The average output power and single pulse energy of soliton pulse and NLP against pump power.

Figure 10a shows the spectral evolutions of NLP at different pump powers. With the increase of pump power, the intensity of the spectrum grows steadily and broadens slowly. In Figure 10b, the 3 dB bandwidth and pulse duration of NLP will vary with different pump powers. When the pump power increases from 620 to 950 mW, the spectral bandwidth broadens from 33.72 to 37.14 nm, and the bandwidth expanded by 3.42 nm. On the contrary, the coherent peak duration decreases from 314 fs to 283 fs.

Figure 10:

The characteristics of NPL at different pump powers, (a) spectra at different pump power, (b) curves of spectral bandwidth and pulse duration with different pump power.

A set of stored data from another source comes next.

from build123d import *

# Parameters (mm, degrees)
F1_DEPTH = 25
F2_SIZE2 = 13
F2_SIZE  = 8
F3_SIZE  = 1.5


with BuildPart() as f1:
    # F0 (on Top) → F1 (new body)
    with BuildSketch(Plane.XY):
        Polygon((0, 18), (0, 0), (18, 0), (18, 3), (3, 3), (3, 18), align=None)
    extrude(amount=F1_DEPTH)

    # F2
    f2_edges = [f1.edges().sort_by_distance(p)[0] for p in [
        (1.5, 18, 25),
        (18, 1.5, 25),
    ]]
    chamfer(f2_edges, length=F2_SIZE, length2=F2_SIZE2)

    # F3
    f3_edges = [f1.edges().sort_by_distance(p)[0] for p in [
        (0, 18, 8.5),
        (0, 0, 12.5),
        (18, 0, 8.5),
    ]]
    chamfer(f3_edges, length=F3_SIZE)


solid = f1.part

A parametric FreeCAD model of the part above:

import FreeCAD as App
import Part
import Sketcher
Q = App.Units.Quantity


def edges_at(feature, points):
    """Names of the edges that pass closest to the given points."""
    edges = feature.Shape.Edges
    near = lambda p: min(range(len(edges)), key=lambda i: edges[i].distToShape(Part.Vertex(*p))[0])
    return sorted({f"Edge{near(p) + 1}" for p in points})

doc = App.newDocument("Part")
params = doc.addObject("Spreadsheet::Sheet", "Params")
for row, (alias, value) in enumerate([
    ("sketch1_width", "18 mm"),
    ("sketch1_width2", "15 mm"),
    ("pad1_length", "25 mm"),
    ("chamfer_size", "8 mm"),
    ("chamfer_size2", "13 mm"),
    ("chamfer2_size", "1.5 mm"),
], start=1):
    params.set(f"A{row}", alias)
    params.set(f"B{row}", "=" + value)
    params.setAlias(f"B{row}", alias)

body = doc.addObject("PartDesign::Body", "Body")

# Sketch on XY plane
sketch1 = body.newObject("Sketcher::SketchObject", "Sketch")
sketch1.AttachmentSupport = (doc.getObject("XY_Plane"), [""])
sketch1.MapMode = "FlatFace"
sketch1.addGeometry([
    Part.LineSegment(App.Vector(0, 18, 0), App.Vector(0, 0, 0)),  # 0
    Part.LineSegment(App.Vector(0, 0, 0), App.Vector(18, 0, 0)),  # 1
    Part.LineSegment(App.Vector(18, 0, 0), App.Vector(18, 3, 0)),  # 2
    Part.LineSegment(App.Vector(18, 3, 0), App.Vector(3, 3, 0)),  # 3
    Part.LineSegment(App.Vector(3, 3, 0), App.Vector(3, 18, 0)),  # 4
    Part.LineSegment(App.Vector(3, 18, 0), App.Vector(0, 18, 0)),  # 5
], False)
sketch1.addConstraint([
    Sketcher.Constraint("Coincident", 0, 2, 1, 1),
    Sketcher.Constraint("Coincident", 1, 2, 2, 1),
    Sketcher.Constraint("Coincident", 2, 2, 3, 1),
    Sketcher.Constraint("Coincident", 3, 2, 4, 1),
    Sketcher.Constraint("Coincident", 4, 2, 5, 1),
    Sketcher.Constraint("Coincident", 5, 2, 0, 1),
    Sketcher.Constraint("Vertical", 0),
    Sketcher.Constraint("Horizontal", 1),
    Sketcher.Constraint("Vertical", 2),
    Sketcher.Constraint("Horizontal", 3),
    Sketcher.Constraint("Vertical", 4),
    Sketcher.Constraint("Horizontal", 5),
    Sketcher.Constraint("Coincident", 0, 2, -1, 1),
    Sketcher.Constraint("Equal", 1, 0),
    Sketcher.Constraint("Equal", 5, 2),
    Sketcher.Constraint("DistanceX", 1, 1, 1, 2, Q("18 mm")),
    Sketcher.Constraint("DistanceX", 3, 2, 3, 1, Q("15 mm")),
])
sketch1.setExpression("Constraints[15]", "Params.sketch1_width")
sketch1.setExpression("Constraints[16]", "Params.sketch1_width2")
pad1 = body.newObject("PartDesign::Pad", "Pad")
pad1.Profile = sketch1
pad1.setExpression("Length", "Params.pad1_length")
doc.recompute()

chamfer = body.newObject("PartDesign::Chamfer", "Chamfer")
chamfer.Base = (pad1, edges_at(pad1, [(1.5, 18, 25), (18, 1.5, 25)]))
chamfer.ChamferType = "Two distances"
chamfer.setExpression("Size", "Params.chamfer_size")
chamfer.setExpression("Size2", "Params.chamfer_size2")
doc.recompute()

chamfer2 = body.newObject("PartDesign::Chamfer", "Chamfer001")
chamfer2.Base = (chamfer, edges_at(chamfer, [(0, 18, 8.5), (0, 0, 12.5), (18, 0, 8.5)]))
chamfer2.setExpression("Size", "Params.chamfer2_size")

doc.recompute()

To confirm the stability of NLP, we measured the optical spectrum, autocorrelation trace and output power of the ultrashort pulse at 950 mW. Based on the above findings, the spectral bandwidth and pulse energy were calculated. The statistical results are shown in Figure 11, where a set of data is recorded every 5 min within an hour. Figure 11a shows that the range of central wave-length and the spectral bandwidth is 1562.9–1563.05 nm, 33.41–37.14 nm, respectively. The variation of the coherent peak duration of a narrow spike is 1.34 fs in Figure 11b, which can reflect femtosecond pulse oscillation with randomly varying width inside the envelope. The average output power and single pulse energy of the mode-locked pulse remain almost unchanged, as shown in Figure 11c. During the whole process, the mode-locking state is not interrupted. This experiment proves that the passively mode-locked system with GDY as SA can output NLP in a highly stable condition. The generation of NLP proves that the mode-locked laser has the ability to work at high pump power, indicating that it has great potential in the generation of other high-energy mode-locking states such as dissipative solitons, broadening pulses and self similar pulses in positive dispersion and dispersion management region.

Figure 11:

Stability of passively mode-locked NLP output of GDY saturable absorber, (a) center wavelength and spectral bandwidth against times, (b) coherent peak duration against times, (c) output power and pulse energy against times.

6 Conclusions

In conclusion, the conventional soliton and NLP are successfully generated in the erbium-doped fiber laser by using the GDY-decorated microfiber composite structure as the saturation absorption device. The experimental results show that the spectral bandwidth of the conventional soliton is 2.45 nm, the pulse duration is 2.21 ps at 400 mW, and the maximum pulse energy is 0.93 nJ. With a high pump power, the spectral bandwidth of the NLP is 37.14 nm, the duration of coherent peak on the broad pedestal is 283 fs. The corresponding maximum pulse energy is 2.17 nJ. The two modes operate at the same repetition rate of 9.08 MHz. This work promotes the application of 2D materials in fiber lasers and confirms that GDY is expected to play a significant role in nonlinear dynamics.